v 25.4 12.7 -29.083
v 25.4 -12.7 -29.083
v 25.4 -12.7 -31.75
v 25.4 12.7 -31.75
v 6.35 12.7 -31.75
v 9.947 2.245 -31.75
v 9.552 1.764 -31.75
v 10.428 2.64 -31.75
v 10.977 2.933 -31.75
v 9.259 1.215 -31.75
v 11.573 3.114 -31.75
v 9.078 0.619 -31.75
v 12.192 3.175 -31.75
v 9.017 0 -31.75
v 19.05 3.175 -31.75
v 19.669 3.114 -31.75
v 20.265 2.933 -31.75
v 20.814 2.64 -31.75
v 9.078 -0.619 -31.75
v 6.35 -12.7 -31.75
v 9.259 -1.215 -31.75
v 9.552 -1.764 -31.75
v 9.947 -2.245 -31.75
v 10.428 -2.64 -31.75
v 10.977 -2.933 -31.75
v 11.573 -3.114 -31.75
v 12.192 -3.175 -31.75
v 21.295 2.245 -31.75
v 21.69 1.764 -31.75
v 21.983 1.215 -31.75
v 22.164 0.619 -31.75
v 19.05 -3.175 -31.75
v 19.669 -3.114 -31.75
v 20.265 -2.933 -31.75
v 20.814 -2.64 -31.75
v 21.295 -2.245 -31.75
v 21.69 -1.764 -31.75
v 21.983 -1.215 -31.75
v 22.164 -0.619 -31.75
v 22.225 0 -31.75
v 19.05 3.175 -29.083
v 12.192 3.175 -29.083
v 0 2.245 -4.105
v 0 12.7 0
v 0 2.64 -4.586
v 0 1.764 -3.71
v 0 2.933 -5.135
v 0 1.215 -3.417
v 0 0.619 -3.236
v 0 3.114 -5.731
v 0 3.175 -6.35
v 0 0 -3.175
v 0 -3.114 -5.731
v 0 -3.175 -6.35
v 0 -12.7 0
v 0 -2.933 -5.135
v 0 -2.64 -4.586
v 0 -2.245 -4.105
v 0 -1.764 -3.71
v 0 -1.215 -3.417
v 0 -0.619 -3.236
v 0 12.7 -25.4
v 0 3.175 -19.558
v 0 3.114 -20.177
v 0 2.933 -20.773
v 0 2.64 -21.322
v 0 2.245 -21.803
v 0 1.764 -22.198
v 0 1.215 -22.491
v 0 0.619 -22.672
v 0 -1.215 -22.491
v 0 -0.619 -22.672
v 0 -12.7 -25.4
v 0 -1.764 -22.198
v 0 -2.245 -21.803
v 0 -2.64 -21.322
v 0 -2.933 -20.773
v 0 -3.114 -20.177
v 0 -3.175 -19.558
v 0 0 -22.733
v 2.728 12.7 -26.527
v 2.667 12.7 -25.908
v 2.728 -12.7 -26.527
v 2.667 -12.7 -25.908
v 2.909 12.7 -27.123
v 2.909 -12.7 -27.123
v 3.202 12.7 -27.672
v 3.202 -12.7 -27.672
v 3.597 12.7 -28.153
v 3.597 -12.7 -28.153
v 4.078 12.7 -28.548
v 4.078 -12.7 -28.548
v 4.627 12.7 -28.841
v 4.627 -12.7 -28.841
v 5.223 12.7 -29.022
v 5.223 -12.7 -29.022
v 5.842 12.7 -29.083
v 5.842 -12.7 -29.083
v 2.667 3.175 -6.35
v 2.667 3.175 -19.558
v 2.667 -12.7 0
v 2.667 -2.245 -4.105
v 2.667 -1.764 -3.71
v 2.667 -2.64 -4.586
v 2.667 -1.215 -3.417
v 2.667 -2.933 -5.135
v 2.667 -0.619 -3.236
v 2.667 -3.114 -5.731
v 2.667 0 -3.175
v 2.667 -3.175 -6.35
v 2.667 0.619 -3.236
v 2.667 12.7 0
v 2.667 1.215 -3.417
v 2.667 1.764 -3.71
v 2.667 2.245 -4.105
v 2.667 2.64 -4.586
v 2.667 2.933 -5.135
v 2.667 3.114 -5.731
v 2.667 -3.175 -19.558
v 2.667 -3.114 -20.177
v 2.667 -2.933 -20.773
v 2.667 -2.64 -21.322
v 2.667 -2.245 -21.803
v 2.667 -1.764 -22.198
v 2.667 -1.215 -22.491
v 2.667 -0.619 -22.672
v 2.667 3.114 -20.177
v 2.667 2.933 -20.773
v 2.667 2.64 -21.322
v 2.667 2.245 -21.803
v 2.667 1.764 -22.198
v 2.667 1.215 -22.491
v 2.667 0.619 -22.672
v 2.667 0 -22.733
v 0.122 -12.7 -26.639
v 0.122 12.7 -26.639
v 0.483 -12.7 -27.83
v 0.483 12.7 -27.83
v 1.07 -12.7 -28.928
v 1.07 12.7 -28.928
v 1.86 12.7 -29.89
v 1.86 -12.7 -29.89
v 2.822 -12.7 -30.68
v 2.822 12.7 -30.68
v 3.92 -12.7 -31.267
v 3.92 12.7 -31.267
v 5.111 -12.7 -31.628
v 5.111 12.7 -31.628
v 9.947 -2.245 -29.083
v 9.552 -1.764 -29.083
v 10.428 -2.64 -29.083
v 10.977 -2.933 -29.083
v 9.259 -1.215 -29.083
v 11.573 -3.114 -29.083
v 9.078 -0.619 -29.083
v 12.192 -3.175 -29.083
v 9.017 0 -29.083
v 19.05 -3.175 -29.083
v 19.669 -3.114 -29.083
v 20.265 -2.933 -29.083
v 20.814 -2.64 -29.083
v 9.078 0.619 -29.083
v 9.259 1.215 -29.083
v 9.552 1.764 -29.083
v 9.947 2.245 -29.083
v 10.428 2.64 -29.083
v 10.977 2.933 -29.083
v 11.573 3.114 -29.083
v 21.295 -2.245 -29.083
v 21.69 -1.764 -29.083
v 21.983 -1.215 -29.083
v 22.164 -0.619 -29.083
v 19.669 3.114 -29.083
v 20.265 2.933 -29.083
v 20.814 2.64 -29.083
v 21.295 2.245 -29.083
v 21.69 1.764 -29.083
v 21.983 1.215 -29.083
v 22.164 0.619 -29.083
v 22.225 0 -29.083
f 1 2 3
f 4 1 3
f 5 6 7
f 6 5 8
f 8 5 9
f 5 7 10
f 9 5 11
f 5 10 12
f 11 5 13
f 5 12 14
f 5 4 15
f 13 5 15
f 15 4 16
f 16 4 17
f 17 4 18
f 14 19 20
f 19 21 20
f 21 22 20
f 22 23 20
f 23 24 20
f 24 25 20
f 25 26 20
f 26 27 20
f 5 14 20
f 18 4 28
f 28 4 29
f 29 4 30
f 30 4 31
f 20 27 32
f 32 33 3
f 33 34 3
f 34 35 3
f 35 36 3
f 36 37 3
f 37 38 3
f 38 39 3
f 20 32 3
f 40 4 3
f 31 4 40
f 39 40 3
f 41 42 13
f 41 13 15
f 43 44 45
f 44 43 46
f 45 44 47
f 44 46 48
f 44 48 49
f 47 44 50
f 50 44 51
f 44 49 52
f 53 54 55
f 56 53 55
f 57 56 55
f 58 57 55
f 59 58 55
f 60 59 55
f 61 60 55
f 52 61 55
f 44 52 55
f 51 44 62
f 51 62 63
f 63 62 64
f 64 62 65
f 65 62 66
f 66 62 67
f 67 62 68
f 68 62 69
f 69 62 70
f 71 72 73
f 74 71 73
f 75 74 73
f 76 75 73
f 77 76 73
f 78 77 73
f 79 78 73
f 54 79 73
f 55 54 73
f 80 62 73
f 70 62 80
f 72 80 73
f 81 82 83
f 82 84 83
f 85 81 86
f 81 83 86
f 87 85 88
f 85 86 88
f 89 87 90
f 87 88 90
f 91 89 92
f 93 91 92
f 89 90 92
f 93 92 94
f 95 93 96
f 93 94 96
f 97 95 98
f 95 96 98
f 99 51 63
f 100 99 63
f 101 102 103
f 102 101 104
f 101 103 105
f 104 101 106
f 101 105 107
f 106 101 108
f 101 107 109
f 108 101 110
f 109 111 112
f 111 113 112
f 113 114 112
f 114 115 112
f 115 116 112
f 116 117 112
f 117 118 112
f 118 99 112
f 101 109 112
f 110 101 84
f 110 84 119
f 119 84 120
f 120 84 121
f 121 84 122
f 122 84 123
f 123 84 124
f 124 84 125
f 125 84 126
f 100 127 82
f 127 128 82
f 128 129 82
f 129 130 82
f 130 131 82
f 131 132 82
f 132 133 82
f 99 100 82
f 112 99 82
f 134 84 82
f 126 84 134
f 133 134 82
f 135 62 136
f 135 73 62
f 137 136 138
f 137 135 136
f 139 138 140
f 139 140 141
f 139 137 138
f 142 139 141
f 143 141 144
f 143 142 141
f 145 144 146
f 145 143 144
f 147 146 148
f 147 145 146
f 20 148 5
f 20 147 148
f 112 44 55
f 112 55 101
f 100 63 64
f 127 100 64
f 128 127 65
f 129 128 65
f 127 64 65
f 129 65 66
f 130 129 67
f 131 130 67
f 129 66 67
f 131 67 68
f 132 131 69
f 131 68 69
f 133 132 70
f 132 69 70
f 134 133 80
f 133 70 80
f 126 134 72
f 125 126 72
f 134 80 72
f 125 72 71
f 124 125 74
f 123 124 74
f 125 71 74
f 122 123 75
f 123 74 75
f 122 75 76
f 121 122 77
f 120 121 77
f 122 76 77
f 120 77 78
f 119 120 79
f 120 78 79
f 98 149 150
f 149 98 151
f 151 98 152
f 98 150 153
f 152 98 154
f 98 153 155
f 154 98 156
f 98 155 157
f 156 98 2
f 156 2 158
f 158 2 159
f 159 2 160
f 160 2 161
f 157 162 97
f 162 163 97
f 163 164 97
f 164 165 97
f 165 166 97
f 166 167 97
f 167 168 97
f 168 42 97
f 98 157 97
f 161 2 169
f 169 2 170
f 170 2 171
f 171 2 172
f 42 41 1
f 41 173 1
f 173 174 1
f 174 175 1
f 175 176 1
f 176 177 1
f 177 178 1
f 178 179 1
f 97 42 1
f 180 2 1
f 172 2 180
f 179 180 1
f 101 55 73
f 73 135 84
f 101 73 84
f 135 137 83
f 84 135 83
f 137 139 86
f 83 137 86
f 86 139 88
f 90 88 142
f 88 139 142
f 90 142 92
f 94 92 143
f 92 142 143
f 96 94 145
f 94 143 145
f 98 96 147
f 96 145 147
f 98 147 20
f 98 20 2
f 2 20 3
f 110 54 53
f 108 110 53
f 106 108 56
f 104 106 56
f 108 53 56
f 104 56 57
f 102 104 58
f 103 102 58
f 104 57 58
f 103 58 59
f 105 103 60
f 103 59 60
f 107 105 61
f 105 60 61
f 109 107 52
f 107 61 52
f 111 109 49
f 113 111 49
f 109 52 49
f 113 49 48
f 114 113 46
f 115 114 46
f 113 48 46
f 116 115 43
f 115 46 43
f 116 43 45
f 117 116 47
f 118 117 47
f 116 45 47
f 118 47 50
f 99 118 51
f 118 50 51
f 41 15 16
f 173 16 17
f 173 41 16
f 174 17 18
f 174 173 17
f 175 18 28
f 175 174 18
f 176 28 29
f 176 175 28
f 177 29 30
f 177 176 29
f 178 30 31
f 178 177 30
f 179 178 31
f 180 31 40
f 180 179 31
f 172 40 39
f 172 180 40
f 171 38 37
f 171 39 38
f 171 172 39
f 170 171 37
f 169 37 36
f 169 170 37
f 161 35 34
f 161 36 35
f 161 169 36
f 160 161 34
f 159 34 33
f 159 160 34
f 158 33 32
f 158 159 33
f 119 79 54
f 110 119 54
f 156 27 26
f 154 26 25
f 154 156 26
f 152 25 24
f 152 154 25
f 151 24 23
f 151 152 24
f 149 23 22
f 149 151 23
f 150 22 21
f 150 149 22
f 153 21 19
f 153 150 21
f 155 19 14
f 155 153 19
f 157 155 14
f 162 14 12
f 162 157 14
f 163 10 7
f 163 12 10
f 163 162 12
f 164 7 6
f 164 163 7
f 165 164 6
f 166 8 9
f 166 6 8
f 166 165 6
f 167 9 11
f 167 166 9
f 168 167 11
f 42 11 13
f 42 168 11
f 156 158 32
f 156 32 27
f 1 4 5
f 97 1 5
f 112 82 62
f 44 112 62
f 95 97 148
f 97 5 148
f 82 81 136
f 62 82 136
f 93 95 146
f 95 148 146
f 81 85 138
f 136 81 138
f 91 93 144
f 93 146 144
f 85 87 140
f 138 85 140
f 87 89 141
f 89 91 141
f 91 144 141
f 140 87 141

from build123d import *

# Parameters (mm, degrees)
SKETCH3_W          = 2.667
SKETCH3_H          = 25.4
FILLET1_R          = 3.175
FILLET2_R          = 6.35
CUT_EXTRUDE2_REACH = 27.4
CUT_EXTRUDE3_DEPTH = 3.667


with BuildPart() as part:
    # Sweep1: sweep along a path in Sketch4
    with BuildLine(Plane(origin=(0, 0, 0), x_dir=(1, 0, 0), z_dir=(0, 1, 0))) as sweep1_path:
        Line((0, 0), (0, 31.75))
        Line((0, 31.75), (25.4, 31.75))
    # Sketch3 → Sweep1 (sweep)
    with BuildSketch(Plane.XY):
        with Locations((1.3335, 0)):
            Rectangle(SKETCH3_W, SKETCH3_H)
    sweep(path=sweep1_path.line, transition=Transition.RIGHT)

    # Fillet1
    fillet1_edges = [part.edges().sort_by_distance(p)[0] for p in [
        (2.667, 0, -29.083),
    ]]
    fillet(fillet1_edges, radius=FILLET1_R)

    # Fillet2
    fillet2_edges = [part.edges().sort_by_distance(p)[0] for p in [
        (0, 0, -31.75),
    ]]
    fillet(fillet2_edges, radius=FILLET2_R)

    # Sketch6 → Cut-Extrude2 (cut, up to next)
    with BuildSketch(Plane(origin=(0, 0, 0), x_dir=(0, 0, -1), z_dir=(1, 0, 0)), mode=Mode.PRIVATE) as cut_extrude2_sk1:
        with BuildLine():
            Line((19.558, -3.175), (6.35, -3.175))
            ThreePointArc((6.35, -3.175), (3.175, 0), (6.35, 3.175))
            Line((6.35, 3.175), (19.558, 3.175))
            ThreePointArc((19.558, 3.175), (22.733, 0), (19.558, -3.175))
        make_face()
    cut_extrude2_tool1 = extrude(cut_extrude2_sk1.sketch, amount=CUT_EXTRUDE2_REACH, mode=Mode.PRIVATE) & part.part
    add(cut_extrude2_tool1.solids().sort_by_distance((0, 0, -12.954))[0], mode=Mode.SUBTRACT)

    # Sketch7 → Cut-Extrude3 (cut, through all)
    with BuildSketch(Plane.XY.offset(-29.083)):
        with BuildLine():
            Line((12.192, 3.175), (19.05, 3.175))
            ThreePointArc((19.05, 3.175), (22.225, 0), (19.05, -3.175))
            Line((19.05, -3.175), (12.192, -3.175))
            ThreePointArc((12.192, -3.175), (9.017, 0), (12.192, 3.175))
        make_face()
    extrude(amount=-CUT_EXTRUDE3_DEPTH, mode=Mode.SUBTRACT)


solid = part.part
------------------------------------------------------------------------
TASK STATEMENT
Retype the records above, but only those lines that fall between the line containing "f 170 171 37" and the line containing "f 140 87 141", with both of those lines included, exactly as written.

RESULT
f 170 171 37
f 169 37 36
f 169 170 37
f 161 35 34
f 161 36 35
f 161 169 36
f 160 161 34
f 159 34 33
f 159 160 34
f 158 33 32
f 158 159 33
f 119 79 54
f 110 119 54
f 156 27 26
f 154 26 25
f 154 156 26
f 152 25 24
f 152 154 25
f 151 24 23
f 151 152 24
f 149 23 22
f 149 151 23
f 150 22 21
f 150 149 22
f 153 21 19
f 153 150 21
f 155 19 14
f 155 153 19
f 157 155 14
f 162 14 12
f 162 157 14
f 163 10 7
f 163 12 10
f 163 162 12
f 164 7 6
f 164 163 7
f 165 164 6
f 166 8 9
f 166 6 8
f 166 165 6
f 167 9 11
f 167 166 9
f 168 167 11
f 42 11 13
f 42 168 11
f 156 158 32
f 156 32 27
f 1 4 5
f 97 1 5
f 112 82 62
f 44 112 62
f 95 97 148
f 97 5 148
f 82 81 136
f 62 82 136
f 93 95 146
f 95 148 146
f 81 85 138
f 136 81 138
f 91 93 144
f 93 146 144
f 85 87 140
f 138 85 140
f 87 89 141
f 89 91 141
f 91 144 141
f 140 87 141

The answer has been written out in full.